TASK TO CARRY OUT: Find the line holding "e8 v7 v7 CIRCLE(AX(P(-55,-55,10),D(0,0,-1),D(1,0,0)),2.75)" in the entries below. Give it again exactly, along with every line after it up to and including the line holding "e11 v10 v6 LINE".

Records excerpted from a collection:
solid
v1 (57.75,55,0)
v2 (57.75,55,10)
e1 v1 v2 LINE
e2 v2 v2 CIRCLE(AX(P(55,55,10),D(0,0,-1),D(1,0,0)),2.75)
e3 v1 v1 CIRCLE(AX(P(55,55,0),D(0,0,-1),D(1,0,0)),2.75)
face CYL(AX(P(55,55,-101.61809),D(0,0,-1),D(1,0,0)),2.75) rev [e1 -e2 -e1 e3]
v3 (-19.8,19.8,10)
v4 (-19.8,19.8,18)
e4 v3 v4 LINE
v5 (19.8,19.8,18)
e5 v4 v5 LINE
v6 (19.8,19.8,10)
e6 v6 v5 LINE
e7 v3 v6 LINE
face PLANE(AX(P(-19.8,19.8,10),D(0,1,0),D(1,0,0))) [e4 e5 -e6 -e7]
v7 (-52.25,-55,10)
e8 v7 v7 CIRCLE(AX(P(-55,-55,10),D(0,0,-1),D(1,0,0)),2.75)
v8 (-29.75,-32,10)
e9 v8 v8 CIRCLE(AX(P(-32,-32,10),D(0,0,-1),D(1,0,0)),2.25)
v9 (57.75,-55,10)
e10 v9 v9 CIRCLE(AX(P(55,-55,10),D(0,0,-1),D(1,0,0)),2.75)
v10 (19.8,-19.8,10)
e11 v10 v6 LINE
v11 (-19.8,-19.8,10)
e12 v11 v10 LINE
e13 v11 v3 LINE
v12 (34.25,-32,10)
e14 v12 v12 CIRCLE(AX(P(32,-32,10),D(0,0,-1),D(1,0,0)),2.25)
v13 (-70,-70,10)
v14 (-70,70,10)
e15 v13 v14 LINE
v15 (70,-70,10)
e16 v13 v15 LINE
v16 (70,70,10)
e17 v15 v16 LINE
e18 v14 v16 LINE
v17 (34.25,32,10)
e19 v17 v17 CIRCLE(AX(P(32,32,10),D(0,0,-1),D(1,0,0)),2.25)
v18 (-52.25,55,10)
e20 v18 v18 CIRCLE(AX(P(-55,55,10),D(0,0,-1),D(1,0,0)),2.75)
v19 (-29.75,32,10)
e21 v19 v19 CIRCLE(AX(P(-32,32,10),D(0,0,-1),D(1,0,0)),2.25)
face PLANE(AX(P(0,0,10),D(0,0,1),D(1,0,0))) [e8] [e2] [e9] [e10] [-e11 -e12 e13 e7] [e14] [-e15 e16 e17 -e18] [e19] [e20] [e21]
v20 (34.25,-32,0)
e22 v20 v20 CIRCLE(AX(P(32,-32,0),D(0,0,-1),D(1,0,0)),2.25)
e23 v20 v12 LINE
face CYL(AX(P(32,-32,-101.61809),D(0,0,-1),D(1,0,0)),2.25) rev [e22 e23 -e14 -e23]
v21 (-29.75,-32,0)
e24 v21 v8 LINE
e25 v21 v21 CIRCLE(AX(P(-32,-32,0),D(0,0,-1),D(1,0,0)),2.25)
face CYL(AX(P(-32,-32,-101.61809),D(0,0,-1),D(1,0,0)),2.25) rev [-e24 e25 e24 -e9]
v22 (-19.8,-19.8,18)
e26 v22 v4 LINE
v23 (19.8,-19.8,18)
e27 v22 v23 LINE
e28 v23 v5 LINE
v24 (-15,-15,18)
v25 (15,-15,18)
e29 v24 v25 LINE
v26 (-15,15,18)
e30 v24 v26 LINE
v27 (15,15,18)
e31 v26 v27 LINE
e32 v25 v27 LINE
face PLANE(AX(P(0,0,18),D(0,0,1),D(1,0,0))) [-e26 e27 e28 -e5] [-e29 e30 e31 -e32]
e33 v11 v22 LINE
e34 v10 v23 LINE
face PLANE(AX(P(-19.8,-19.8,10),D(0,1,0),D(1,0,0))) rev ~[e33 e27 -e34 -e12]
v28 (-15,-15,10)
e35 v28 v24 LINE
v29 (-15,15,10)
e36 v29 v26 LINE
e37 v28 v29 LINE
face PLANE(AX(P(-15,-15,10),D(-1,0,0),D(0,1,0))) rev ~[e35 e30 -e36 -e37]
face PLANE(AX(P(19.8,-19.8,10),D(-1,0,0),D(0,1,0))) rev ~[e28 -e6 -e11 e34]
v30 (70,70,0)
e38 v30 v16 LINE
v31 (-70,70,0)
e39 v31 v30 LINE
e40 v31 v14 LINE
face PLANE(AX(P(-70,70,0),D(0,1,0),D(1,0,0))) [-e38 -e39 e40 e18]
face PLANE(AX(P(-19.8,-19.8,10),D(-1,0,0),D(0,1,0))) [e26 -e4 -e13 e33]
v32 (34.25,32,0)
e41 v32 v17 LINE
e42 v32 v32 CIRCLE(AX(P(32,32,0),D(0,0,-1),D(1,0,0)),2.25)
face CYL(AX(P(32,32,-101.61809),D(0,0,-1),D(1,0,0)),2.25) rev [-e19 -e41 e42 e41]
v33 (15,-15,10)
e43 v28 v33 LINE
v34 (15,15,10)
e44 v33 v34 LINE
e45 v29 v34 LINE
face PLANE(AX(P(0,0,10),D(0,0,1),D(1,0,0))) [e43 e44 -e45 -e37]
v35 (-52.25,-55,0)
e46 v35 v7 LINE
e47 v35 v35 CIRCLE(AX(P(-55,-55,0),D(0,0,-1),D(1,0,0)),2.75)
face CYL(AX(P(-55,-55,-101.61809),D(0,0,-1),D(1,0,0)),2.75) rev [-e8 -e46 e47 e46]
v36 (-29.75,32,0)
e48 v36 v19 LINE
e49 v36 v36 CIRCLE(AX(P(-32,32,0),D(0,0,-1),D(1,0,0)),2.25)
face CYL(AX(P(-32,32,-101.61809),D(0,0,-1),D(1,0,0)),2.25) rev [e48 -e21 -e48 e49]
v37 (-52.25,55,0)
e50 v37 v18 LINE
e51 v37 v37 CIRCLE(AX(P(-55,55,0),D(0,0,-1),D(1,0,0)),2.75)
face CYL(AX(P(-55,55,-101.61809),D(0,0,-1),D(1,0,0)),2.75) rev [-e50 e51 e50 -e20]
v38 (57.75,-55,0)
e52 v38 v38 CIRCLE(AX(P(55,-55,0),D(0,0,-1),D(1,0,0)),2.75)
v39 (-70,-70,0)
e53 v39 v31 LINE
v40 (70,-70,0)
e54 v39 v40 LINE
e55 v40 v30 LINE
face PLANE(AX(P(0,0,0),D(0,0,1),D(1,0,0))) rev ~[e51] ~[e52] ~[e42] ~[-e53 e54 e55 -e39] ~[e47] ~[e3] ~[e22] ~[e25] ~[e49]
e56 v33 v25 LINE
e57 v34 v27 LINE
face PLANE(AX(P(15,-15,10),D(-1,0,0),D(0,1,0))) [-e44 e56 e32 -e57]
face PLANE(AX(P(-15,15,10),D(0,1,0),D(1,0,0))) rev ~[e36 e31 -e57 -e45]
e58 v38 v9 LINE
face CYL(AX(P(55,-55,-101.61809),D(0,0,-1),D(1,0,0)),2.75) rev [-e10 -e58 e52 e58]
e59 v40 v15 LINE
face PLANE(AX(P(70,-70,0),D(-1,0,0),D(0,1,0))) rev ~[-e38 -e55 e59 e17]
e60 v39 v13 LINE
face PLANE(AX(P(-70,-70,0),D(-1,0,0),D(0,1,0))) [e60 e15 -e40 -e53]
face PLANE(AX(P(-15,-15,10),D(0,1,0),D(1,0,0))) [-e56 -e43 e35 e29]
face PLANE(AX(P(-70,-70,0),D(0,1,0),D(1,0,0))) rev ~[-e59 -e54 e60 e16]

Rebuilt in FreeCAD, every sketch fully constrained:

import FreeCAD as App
import Part
import Sketcher


def add_polygon(sketch, points):
    """Adds a closed chain of lines whose ends are joined by coincident constraints."""
    first, n = sketch.GeometryCount, len(points)
    for a, b in zip(points, points[1:] + points[:1]):
        sketch.addGeometry(Part.LineSegment(App.Vector(*a, 0), App.Vector(*b, 0)), False)
    for i in range(n):
        sketch.addConstraint(Sketcher.Constraint("Coincident", first + i, 2, first + (i + 1) % n, 1))

doc = App.newDocument("Part")
body = doc.addObject("PartDesign::Body", "Body")

sketch1 = body.newObject("Sketcher::SketchObject", "Sketch")
sketch1.AttachmentSupport = (doc.getObject("XY_Plane"), [""])
sketch1.MapMode = "FlatFace"
add_polygon(sketch1, [(-70, 70), (-70, -70), (70, -70), (70, 70)])
sketch1.addConstraint([
    Sketcher.Constraint("Vertical", 0),
    Sketcher.Constraint("Horizontal", 1),
    Sketcher.Constraint("Vertical", 2),
    Sketcher.Constraint("Horizontal", 3),
    Sketcher.Constraint("Symmetric", 0, 2, 2, 2, -1, 1),
    Sketcher.Constraint("Equal", 3, 0),
    Sketcher.Constraint("DistanceX", 1, 1, 1, 2, 140.0),
])
pad1 = body.newObject("PartDesign::Pad", "Pad")
pad1.Profile = sketch1
pad1.Length = 10

sketch2 = body.newObject("Sketcher::SketchObject", "Sketch001")
sketch2.AttachmentSupport = (doc.getObject("XY_Plane"), [""])
sketch2.MapMode = "FlatFace"
sketch2.AttachmentOffset = App.Placement(App.Vector(0, 0, 10), App.Rotation())
add_polygon(sketch2, [(-19.8, 19.8), (-19.8, -19.8), (19.8, -19.8), (19.8, 19.8)])
add_polygon(sketch2, [(15, -15), (-15, -15), (-15, 15), (15, 15)])
sketch2.addConstraint([
    Sketcher.Constraint("Vertical", 0),
    Sketcher.Constraint("Horizontal", 1),
    Sketcher.Constraint("Vertical", 2),
    Sketcher.Constraint("Horizontal", 3),
    Sketcher.Constraint("Horizontal", 4),
    Sketcher.Constraint("Vertical", 5),
    Sketcher.Constraint("Horizontal", 6),
    Sketcher.Constraint("Vertical", 7),
    Sketcher.Constraint("Symmetric", 0, 2, 2, 2, -1, 1),
    Sketcher.Constraint("Symmetric", 4, 2, 6, 2, -1, 1),
    Sketcher.Constraint("Equal", 3, 0),
    Sketcher.Constraint("Equal", 6, 5),
    Sketcher.Constraint("DistanceX", 4, 2, 4, 1, 30.0),
    Sketcher.Constraint("DistanceX", 1, 1, 1, 2, 39.6),
])
pad2 = body.newObject("PartDesign::Pad", "Pad001")
pad2.Profile = sketch2
pad2.Length = 8

sketch3 = body.newObject("Sketcher::SketchObject", "Sketch002")
sketch3.AttachmentSupport = (doc.getObject("XY_Plane"), [""])
sketch3.MapMode = "FlatFace"
sketch3.addGeometry([
    Part.Circle(App.Vector(-55, -55, 0), App.Vector(0, 0, 1), 2.75),
    Part.Circle(App.Vector(-55, 55, 0), App.Vector(0, 0, 1), 2.75),
    Part.Circle(App.Vector(55, -55, 0), App.Vector(0, 0, 1), 2.75),
    Part.Circle(App.Vector(55, 55, 0), App.Vector(0, 0, 1), 2.75),
    Part.Circle(App.Vector(-32, -32, 0), App.Vector(0, 0, 1), 2.25),
    Part.Circle(App.Vector(-32, 32, 0), App.Vector(0, 0, 1), 2.25),
    Part.Circle(App.Vector(32, -32, 0), App.Vector(0, 0, 1), 2.25),
    Part.Circle(App.Vector(32, 32, 0), App.Vector(0, 0, 1), 2.25),
], False)
sketch3.addConstraint([
    Sketcher.Constraint("Equal", 0, 1),
    Sketcher.Constraint("Equal", 1, 2),
    Sketcher.Constraint("Equal", 2, 3),
    Sketcher.Constraint("Equal", 4, 5),
    Sketcher.Constraint("Equal", 5, 6),
    Sketcher.Constraint("Equal", 6, 7),
    Sketcher.Constraint("Symmetric", 1, 3, 2, 3, -1, 1),
    Sketcher.Constraint("Symmetric", 0, 3, 3, 3, -1, 1),
    Sketcher.Constraint("Symmetric", 5, 3, 6, 3, -1, 1),
    Sketcher.Constraint("Symmetric", 4, 3, 7, 3, -1, 1),
    Sketcher.Constraint("Symmetric", 0, 3, 2, 3, -2),
    Sketcher.Constraint("Symmetric", 4, 3, 6, 3, -2),
    Sketcher.Constraint("Diameter", 0, 5.5),
    Sketcher.Constraint("Diameter", 4, 4.5),
    Sketcher.Constraint("DistanceX", 0, 3, -1, 1, 55.0),
    Sketcher.Constraint("DistanceY", 0, 3, -1, 1, 55.0),
    Sketcher.Constraint("DistanceX", 4, 3, -1, 1, 32.0),
    Sketcher.Constraint("DistanceY", 4, 3, -1, 1, 32.0),
])
pocket1 = body.newObject("PartDesign::Pocket", "Pocket")
pocket1.Profile = sketch3
pocket1.Type = "ThroughAll"
pocket1.Midplane = True

doc.recompute()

PROBLEM SOLUTION:
e8 v7 v7 CIRCLE(AX(P(-55,-55,10),D(0,0,-1),D(1,0,0)),2.75)
v8 (-29.75,-32,10)
e9 v8 v8 CIRCLE(AX(P(-32,-32,10),D(0,0,-1),D(1,0,0)),2.25)
v9 (57.75,-55,10)
e10 v9 v9 CIRCLE(AX(P(55,-55,10),D(0,0,-1),D(1,0,0)),2.75)
v10 (19.8,-19.8,10)
e11 v10 v6 LINE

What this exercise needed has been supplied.